**What is needed**.
Return the lines of the data below exactly. Start at the first and end with the line containing "v32 (124.622835,84.624415,5)".

**Data to examine**.
----------------
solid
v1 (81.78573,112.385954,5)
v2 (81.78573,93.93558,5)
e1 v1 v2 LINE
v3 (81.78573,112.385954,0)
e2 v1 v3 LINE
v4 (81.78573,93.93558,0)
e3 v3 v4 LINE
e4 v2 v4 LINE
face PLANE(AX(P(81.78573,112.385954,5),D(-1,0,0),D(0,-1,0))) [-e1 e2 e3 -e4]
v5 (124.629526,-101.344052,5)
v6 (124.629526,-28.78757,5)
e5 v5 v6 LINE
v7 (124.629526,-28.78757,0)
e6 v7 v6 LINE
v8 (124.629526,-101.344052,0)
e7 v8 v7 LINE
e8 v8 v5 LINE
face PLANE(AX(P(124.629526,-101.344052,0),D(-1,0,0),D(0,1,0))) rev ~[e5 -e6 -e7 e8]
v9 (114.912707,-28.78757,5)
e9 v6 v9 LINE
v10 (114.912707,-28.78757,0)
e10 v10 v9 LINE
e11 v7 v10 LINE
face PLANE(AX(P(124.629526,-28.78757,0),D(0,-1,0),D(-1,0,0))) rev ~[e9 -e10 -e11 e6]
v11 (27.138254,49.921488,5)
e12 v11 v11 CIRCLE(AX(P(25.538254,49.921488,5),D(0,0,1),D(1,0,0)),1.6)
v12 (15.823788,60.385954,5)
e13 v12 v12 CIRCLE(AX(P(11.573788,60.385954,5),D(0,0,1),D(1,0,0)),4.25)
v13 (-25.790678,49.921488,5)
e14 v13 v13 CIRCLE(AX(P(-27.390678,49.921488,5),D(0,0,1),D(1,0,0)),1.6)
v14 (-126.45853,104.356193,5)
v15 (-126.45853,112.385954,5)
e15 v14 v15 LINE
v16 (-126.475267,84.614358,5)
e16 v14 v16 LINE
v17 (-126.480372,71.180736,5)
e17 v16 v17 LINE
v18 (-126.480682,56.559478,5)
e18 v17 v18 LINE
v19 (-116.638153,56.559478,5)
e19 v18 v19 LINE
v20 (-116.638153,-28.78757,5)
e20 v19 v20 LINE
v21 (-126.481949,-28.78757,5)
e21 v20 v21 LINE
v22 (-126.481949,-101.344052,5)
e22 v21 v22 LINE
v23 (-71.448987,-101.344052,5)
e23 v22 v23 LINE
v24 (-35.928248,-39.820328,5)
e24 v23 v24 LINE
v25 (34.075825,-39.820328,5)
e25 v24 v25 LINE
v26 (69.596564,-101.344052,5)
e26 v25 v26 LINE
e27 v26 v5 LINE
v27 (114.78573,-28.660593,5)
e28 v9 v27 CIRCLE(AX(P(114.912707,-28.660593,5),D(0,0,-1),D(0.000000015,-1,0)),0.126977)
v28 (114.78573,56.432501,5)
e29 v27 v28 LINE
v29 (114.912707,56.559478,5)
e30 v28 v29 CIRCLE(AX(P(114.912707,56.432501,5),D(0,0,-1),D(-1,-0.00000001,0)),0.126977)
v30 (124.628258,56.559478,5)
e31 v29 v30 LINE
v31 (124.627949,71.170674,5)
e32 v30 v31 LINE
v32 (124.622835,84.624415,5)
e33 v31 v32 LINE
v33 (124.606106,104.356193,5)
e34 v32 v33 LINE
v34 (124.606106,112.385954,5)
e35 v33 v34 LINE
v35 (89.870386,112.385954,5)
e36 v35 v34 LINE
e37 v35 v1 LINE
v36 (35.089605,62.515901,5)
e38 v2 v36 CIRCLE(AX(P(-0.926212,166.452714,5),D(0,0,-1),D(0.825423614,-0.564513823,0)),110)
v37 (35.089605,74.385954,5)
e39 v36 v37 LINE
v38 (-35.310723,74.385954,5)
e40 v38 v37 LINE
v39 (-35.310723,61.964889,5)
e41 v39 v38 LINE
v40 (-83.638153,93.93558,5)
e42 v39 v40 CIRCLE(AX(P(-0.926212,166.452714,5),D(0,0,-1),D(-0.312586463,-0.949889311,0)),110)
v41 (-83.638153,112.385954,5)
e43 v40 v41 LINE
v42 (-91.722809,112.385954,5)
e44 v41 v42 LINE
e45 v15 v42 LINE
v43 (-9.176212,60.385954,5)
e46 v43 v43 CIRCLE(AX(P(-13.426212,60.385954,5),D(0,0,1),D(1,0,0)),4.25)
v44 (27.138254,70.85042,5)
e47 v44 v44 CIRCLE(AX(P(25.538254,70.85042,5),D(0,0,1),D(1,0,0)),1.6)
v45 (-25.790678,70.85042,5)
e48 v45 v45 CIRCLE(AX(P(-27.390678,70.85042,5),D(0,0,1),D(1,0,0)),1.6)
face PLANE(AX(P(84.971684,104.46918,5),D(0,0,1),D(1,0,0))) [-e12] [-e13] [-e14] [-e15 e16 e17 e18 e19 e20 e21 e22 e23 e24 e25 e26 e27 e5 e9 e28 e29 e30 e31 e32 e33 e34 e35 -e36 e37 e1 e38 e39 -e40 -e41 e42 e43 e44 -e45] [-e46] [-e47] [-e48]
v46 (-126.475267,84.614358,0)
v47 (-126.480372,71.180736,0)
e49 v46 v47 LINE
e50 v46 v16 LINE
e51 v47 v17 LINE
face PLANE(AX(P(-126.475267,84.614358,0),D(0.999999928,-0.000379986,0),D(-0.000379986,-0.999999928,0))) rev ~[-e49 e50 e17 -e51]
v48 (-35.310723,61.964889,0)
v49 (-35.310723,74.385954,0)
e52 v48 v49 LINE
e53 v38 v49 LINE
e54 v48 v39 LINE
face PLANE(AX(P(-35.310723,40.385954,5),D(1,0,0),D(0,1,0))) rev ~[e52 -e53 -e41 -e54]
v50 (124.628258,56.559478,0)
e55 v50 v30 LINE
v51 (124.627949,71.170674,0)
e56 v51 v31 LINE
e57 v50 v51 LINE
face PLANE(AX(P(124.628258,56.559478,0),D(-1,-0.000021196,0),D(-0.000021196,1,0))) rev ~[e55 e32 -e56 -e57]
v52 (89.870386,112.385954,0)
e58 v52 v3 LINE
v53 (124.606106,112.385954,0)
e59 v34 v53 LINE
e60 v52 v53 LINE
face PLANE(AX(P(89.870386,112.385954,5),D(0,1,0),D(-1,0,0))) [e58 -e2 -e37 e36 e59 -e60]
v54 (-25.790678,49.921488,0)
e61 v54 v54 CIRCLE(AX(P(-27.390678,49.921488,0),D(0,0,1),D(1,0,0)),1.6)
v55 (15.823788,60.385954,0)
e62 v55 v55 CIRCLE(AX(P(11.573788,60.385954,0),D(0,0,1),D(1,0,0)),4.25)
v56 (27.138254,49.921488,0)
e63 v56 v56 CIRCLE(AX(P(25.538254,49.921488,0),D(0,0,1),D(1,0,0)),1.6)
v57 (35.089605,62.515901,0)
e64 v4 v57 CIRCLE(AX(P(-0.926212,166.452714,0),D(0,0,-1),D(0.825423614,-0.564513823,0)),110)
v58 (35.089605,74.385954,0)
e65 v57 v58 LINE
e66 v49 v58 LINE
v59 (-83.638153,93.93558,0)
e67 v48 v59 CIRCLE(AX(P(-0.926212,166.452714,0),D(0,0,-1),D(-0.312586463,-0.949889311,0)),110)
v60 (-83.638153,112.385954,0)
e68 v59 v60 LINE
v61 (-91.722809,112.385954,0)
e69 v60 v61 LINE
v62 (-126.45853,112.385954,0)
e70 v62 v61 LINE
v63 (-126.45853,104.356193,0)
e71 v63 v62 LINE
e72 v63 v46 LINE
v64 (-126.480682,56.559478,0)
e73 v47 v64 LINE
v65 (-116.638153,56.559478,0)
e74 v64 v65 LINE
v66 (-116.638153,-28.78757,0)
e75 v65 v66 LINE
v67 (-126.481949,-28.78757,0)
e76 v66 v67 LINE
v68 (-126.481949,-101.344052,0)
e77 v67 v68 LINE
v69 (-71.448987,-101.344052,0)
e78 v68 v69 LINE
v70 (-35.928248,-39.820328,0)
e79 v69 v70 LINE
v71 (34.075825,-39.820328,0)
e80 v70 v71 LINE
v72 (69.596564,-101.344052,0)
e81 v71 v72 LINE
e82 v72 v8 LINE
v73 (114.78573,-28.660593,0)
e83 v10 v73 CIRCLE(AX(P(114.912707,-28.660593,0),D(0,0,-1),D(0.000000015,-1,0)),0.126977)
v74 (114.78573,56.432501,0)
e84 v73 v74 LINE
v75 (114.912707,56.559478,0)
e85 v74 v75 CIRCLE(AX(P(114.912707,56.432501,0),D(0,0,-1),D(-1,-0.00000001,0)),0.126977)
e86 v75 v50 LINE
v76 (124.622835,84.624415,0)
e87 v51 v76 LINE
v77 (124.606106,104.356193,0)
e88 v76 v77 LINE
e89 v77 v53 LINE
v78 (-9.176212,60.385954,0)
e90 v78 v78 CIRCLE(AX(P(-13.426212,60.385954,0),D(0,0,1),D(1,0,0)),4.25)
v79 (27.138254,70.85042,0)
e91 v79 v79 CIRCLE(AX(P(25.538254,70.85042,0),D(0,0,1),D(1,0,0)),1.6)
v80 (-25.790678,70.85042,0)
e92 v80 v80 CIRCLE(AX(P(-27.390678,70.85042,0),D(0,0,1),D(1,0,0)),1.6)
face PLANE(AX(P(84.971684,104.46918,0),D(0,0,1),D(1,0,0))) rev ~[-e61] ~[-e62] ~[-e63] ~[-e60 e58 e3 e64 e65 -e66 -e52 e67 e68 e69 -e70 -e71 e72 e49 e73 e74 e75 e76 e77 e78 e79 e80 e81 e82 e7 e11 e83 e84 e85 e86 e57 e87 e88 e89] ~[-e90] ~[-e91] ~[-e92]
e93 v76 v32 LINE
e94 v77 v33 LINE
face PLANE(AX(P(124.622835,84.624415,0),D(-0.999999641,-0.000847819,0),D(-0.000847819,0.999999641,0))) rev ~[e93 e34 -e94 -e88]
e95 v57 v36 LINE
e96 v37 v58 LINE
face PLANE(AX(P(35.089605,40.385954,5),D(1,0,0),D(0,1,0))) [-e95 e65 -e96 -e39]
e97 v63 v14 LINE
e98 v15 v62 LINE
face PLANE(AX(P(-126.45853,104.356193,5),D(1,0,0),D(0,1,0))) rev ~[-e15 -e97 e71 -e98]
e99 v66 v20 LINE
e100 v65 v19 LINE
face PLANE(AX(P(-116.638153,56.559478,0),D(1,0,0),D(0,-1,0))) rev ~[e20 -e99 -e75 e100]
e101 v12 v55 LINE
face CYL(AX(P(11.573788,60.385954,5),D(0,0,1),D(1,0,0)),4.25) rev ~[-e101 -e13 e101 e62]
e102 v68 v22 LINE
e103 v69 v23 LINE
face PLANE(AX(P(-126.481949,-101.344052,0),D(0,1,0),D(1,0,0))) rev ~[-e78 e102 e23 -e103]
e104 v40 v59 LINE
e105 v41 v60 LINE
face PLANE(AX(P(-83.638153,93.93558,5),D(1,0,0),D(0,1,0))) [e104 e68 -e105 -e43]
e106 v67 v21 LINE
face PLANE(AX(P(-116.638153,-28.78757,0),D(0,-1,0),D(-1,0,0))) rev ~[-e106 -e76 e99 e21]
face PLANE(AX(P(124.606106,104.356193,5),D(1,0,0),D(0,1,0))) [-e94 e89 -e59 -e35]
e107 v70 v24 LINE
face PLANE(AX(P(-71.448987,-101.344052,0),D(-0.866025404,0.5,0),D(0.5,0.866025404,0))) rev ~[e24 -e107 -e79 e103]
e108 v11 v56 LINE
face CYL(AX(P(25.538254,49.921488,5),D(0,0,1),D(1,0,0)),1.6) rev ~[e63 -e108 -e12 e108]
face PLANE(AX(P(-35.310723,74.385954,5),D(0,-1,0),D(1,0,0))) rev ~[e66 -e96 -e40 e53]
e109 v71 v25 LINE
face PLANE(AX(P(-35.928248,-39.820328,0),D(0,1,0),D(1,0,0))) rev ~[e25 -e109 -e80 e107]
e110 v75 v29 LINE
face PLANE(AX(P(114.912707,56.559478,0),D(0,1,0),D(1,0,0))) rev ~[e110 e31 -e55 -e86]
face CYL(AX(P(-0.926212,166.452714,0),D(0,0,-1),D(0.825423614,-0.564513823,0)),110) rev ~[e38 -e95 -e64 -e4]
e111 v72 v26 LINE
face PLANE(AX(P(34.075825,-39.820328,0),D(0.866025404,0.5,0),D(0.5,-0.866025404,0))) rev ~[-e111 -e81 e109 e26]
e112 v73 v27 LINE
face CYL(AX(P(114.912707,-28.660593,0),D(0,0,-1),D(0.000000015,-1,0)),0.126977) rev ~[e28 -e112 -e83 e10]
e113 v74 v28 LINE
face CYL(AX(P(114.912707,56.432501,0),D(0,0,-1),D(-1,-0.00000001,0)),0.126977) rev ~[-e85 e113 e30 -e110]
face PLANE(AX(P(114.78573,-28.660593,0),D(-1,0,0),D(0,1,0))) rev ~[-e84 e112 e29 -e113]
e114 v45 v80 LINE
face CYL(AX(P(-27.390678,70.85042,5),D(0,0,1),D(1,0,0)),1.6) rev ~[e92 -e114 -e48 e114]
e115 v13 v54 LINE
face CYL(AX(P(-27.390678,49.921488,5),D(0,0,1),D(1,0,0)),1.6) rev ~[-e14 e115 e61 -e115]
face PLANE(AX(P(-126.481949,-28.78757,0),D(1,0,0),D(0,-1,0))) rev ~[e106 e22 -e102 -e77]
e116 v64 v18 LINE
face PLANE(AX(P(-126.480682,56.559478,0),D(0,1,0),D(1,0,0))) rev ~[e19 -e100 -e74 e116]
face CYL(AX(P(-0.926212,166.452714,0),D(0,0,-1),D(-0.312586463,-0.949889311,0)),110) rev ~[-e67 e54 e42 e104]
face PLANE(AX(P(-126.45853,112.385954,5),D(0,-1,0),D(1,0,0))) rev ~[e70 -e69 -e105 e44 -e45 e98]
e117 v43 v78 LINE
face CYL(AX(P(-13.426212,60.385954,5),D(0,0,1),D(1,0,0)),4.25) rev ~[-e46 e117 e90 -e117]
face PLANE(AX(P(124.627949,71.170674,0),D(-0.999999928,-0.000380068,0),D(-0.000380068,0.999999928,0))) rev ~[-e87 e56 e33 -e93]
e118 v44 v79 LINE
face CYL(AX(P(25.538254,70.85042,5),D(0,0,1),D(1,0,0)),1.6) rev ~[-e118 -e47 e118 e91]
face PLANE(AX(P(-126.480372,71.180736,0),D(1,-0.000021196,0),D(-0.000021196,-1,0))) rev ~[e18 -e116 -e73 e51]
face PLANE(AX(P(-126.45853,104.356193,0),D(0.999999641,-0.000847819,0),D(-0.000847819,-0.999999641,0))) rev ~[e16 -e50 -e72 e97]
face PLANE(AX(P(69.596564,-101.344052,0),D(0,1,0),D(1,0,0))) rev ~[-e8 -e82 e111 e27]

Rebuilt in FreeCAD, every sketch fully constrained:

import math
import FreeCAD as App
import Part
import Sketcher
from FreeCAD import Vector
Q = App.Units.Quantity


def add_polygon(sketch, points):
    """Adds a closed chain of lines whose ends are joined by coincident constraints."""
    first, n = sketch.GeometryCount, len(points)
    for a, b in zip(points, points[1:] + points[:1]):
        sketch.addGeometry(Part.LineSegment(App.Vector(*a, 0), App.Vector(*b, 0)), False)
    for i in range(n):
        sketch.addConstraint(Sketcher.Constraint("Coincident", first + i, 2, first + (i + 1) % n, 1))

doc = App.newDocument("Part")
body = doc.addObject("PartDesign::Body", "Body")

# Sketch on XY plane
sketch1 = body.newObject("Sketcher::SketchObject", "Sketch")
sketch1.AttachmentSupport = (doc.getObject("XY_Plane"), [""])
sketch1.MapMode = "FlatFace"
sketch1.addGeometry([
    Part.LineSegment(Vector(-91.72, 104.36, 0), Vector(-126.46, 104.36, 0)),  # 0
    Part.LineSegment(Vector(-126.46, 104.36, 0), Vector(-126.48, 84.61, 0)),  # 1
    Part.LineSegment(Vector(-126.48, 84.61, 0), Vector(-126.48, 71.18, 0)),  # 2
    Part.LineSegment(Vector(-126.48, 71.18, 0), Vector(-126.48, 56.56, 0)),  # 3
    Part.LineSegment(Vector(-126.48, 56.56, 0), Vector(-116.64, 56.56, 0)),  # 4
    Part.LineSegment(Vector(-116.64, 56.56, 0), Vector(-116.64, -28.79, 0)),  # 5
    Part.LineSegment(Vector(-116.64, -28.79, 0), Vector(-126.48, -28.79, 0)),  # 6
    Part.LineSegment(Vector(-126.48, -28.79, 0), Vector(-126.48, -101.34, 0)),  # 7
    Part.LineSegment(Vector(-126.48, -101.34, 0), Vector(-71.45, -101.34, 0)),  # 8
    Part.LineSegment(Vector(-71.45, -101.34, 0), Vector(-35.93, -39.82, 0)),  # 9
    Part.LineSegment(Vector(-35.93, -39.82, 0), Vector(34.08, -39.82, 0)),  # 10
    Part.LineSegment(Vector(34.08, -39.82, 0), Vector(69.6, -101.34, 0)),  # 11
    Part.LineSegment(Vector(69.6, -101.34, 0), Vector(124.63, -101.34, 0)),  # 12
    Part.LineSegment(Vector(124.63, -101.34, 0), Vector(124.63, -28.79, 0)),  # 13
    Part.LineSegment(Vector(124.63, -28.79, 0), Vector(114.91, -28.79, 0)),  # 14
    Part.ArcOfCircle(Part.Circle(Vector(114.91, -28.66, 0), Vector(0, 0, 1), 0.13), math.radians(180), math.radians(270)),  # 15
----------------
**Result for this exercise**.
solid
v1 (81.78573,112.385954,5)
v2 (81.78573,93.93558,5)
e1 v1 v2 LINE
v3 (81.78573,112.385954,0)
e2 v1 v3 LINE
v4 (81.78573,93.93558,0)
e3 v3 v4 LINE
e4 v2 v4 LINE
face PLANE(AX(P(81.78573,112.385954,5),D(-1,0,0),D(0,-1,0))) [-e1 e2 e3 -e4]
v5 (124.629526,-101.344052,5)
v6 (124.629526,-28.78757,5)
e5 v5 v6 LINE
v7 (124.629526,-28.78757,0)
e6 v7 v6 LINE
v8 (124.629526,-101.344052,0)
e7 v8 v7 LINE
e8 v8 v5 LINE
face PLANE(AX(P(124.629526,-101.344052,0),D(-1,0,0),D(0,1,0))) rev ~[e5 -e6 -e7 e8]
v9 (114.912707,-28.78757,5)
e9 v6 v9 LINE
v10 (114.912707,-28.78757,0)
e10 v10 v9 LINE
e11 v7 v10 LINE
face PLANE(AX(P(124.629526,-28.78757,0),D(0,-1,0),D(-1,0,0))) rev ~[e9 -e10 -e11 e6]
v11 (27.138254,49.921488,5)
e12 v11 v11 CIRCLE(AX(P(25.538254,49.921488,5),D(0,0,1),D(1,0,0)),1.6)
v12 (15.823788,60.385954,5)
e13 v12 v12 CIRCLE(AX(P(11.573788,60.385954,5),D(0,0,1),D(1,0,0)),4.25)
v13 (-25.790678,49.921488,5)
e14 v13 v13 CIRCLE(AX(P(-27.390678,49.921488,5),D(0,0,1),D(1,0,0)),1.6)
v14 (-126.45853,104.356193,5)
v15 (-126.45853,112.385954,5)
e15 v14 v15 LINE
v16 (-126.475267,84.614358,5)
e16 v14 v16 LINE
v17 (-126.480372,71.180736,5)
e17 v16 v17 LINE
v18 (-126.480682,56.559478,5)
e18 v17 v18 LINE
v19 (-116.638153,56.559478,5)
e19 v18 v19 LINE
v20 (-116.638153,-28.78757,5)
e20 v19 v20 LINE
v21 (-126.481949,-28.78757,5)
e21 v20 v21 LINE
v22 (-126.481949,-101.344052,5)
e22 v21 v22 LINE
v23 (-71.448987,-101.344052,5)
e23 v22 v23 LINE
v24 (-35.928248,-39.820328,5)
e24 v23 v24 LINE
v25 (34.075825,-39.820328,5)
e25 v24 v25 LINE
v26 (69.596564,-101.344052,5)
e26 v25 v26 LINE
e27 v26 v5 LINE
v27 (114.78573,-28.660593,5)
e28 v9 v27 CIRCLE(AX(P(114.912707,-28.660593,5),D(0,0,-1),D(0.000000015,-1,0)),0.126977)
v28 (114.78573,56.432501,5)
e29 v27 v28 LINE
v29 (114.912707,56.559478,5)
e30 v28 v29 CIRCLE(AX(P(114.912707,56.432501,5),D(0,0,-1),D(-1,-0.00000001,0)),0.126977)
v30 (124.628258,56.559478,5)
e31 v29 v30 LINE
v31 (124.627949,71.170674,5)
e32 v30 v31 LINE
v32 (124.622835,84.624415,5)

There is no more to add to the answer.